All summer, on the news,
citrus-colored skies. Tiny suns
like Red Hots I could pop
in my mouth. Beautiful dust.
Deluge. My patient’s father texts me:
She’s intubated after using drugs
again, and he’ll send me a check.
How often had she said disease and
wish, smoothed her bangs
with the ringed fingers
of both hands. When I call him,
I’m skimming—as in, hard to know
or meant to find. I’m not a star,
right now, boiling an egg
is beyond me. A fork falls
and for hours I don’t notice
how blood frames my toenail.
Some days
the Amazon gods
leave poetry
on my doorstep.
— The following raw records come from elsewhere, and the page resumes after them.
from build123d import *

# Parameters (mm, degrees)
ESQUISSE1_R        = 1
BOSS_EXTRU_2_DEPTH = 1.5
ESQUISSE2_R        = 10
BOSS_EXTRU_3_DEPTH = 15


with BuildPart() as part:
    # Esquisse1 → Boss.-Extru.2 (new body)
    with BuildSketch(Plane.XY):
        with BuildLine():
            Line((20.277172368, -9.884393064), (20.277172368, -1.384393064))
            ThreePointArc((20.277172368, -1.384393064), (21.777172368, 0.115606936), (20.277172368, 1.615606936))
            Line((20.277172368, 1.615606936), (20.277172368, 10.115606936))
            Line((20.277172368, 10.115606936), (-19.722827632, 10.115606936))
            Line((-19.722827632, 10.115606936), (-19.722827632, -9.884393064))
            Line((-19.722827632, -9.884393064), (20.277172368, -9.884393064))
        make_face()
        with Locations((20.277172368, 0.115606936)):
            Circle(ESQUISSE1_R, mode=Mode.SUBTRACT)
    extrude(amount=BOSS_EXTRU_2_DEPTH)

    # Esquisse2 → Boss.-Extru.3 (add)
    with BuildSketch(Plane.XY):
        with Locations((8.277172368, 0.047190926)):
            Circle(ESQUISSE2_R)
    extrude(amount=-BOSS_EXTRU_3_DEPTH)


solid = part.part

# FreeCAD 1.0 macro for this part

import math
import FreeCAD as App
import Part
import Sketcher
from FreeCAD import Vector

doc = App.newDocument("Part")
body = doc.addObject("PartDesign::Body", "Body")

sketch1 = body.newObject("Sketcher::SketchObject", "Sketch")
sketch1.AttachmentSupport = (doc.getObject("XY_Plane"), [""])
sketch1.MapMode = "FlatFace"
sketch1.addGeometry([
    Part.LineSegment(Vector(20.277172, -9.884393, 0), Vector(20.277172, -1.384393, 0)),
    Part.ArcOfCircle(Part.Circle(Vector(20.277172, 0.115607, 0), Vector(0, 0, 1), 1.5), math.radians(-90), math.radians(90)),
    Part.LineSegment(Vector(20.277172, 1.615607, 0), Vector(20.277172, 10.115607, 0)),
    Part.LineSegment(Vector(20.277172, 10.115607, 0), Vector(-19.722828, 10.115607, 0)),
    Part.LineSegment(Vector(-19.722828, 10.115607, 0), Vector(-19.722828, -9.884393, 0)),
    Part.LineSegment(Vector(-19.722828, -9.884393, 0), Vector(20.277172, -9.884393, 0)),
    Part.Circle(Vector(20.277172, 0.115607, 0), Vector(0, 0, 1), 1),
], False)
sketch1.addConstraint([
    Sketcher.Constraint("Coincident", 0, 2, 1, 1),
    Sketcher.Constraint("Coincident", 1, 2, 2, 1),
    Sketcher.Constraint("Coincident", 2, 2, 3, 1),
    Sketcher.Constraint("Coincident", 3, 2, 4, 1),
    Sketcher.Constraint("Coincident", 4, 2, 5, 1),
    Sketcher.Constraint("Coincident", 5, 2, 0, 1),
    Sketcher.Constraint("Vertical", 0),
    Sketcher.Constraint("Vertical", 2),
    Sketcher.Constraint("Horizontal", 3),
    Sketcher.Constraint("Vertical", 4),
    Sketcher.Constraint("Horizontal", 5),
    Sketcher.Constraint("Coincident", 6, 3, 1, 3),
    Sketcher.Constraint("Vertical", 6, 3, 0, 2),
    Sketcher.Constraint("Vertical", 0, 2, 1, 2),
    Sketcher.Constraint("Equal", 0, 2),
    Sketcher.Constraint("Diameter", 6, 2.0),
    Sketcher.Constraint("Radius", 1, 1.5),
    Sketcher.Constraint("DistanceX", 3, 2, 3, 1, 40.0),
    Sketcher.Constraint("DistanceY", 4, 2, 4, 1, 20.0),
    Sketcher.Constraint("DistanceX", -1, 1, 1, 3, 20.277172),
    Sketcher.Constraint("DistanceY", -1, 1, 1, 3, 0.115607),
])
pad1 = body.newObject("PartDesign::Pad", "Pad")
pad1.Profile = sketch1
pad1.Length = 1.5

sketch2 = body.newObject("Sketcher::SketchObject", "Sketch001")
sketch2.AttachmentSupport = (doc.getObject("XY_Plane"), [""])
sketch2.MapMode = "FlatFace"
sketch2.addGeometry(Part.Circle(Vector(8.277172, 0.047191, 0), Vector(0, 0, 1), 10), False)
sketch2.addConstraint([
    Sketcher.Constraint("Diameter", 0, 20.0),
    Sketcher.Constraint("DistanceY", -1, 1, 0, 3, 0.047191),
    Sketcher.Constraint("DistanceX", -1, 1, 0, 3, 8.277172),
])
pad2 = body.newObject("PartDesign::Pad", "Pad001")
pad2.Profile = sketch2
pad2.Length = 15
pad2.Reversed = True

doc.recompute()
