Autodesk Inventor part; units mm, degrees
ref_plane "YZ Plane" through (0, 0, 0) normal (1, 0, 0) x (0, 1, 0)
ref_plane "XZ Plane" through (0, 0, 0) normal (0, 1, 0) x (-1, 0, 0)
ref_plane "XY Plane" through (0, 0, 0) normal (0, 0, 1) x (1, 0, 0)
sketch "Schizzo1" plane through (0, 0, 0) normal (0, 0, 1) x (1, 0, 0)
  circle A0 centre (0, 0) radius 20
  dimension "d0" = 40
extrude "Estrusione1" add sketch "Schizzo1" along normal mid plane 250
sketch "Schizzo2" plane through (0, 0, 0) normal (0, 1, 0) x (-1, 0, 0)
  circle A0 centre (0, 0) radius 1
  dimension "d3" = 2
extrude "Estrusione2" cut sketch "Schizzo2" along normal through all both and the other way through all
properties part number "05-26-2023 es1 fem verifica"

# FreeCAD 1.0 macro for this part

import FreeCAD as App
import Part
import Sketcher
from FreeCAD import Vector
Q = App.Units.Quantity

doc = App.newDocument("Part")
body = doc.addObject("PartDesign::Body", "Body")

# Sketch on XY plane
sketch1 = body.newObject("Sketcher::SketchObject", "Sketch")
sketch1.AttachmentSupport = (doc.getObject("XY_Plane"), [""])
sketch1.MapMode = "FlatFace"
sketch1.addGeometry(Part.Circle(Vector(0, 0, 0), Vector(0, 0, 1), 20), False)
sketch1.addConstraint(Sketcher.Constraint("Coincident", 0, 3, -1, 1))
sketch1.addConstraint(Sketcher.Constraint("Diameter", 0, Q("40 mm")))
pad1 = body.newObject("PartDesign::Pad", "Pad")
pad1.Profile = sketch1
pad1.Length = 250
pad1.Midplane = True

# Sketch on XZ plane
sketch2 = body.newObject("Sketcher::SketchObject", "Sketch001")
sketch2.AttachmentSupport = (doc.getObject("XZ_Plane"), [""])
sketch2.MapMode = "FlatFace"
sketch2.addGeometry(Part.Circle(Vector(0, 0, 0), Vector(0, 0, 1), 1), False)
sketch2.addConstraint(Sketcher.Constraint("Coincident", 0, 3, -1, 1))
sketch2.addConstraint(Sketcher.Constraint("Diameter", 0, Q("2 mm")))
pocket1 = body.newObject("PartDesign::Pocket", "Pocket")
pocket1.Profile = sketch2
pocket1.Type = "ThroughAll"
pocket1.Midplane = True

doc.recompute()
Hulu
and its mock heaven.
I tunnel back
to her chair, finally
stop drinking.
She won’t make it this time.
I’m a mother and scared
to feed my son. I talk to myself
in every room. How else
to admit failure?
Trauma-bodies; pain-
bodies: I pick their hearts
out one by one, lose
my place by the end
of a session.
Intimacy that’s not.
I save a dead woman’s text.
My son needs a feast and I
don’t. I don’t.
Maybe ghosts aren’t real
but I heard a sigh in that room,
turned and said, what?
I have this child and I had this love
and I could not see her through.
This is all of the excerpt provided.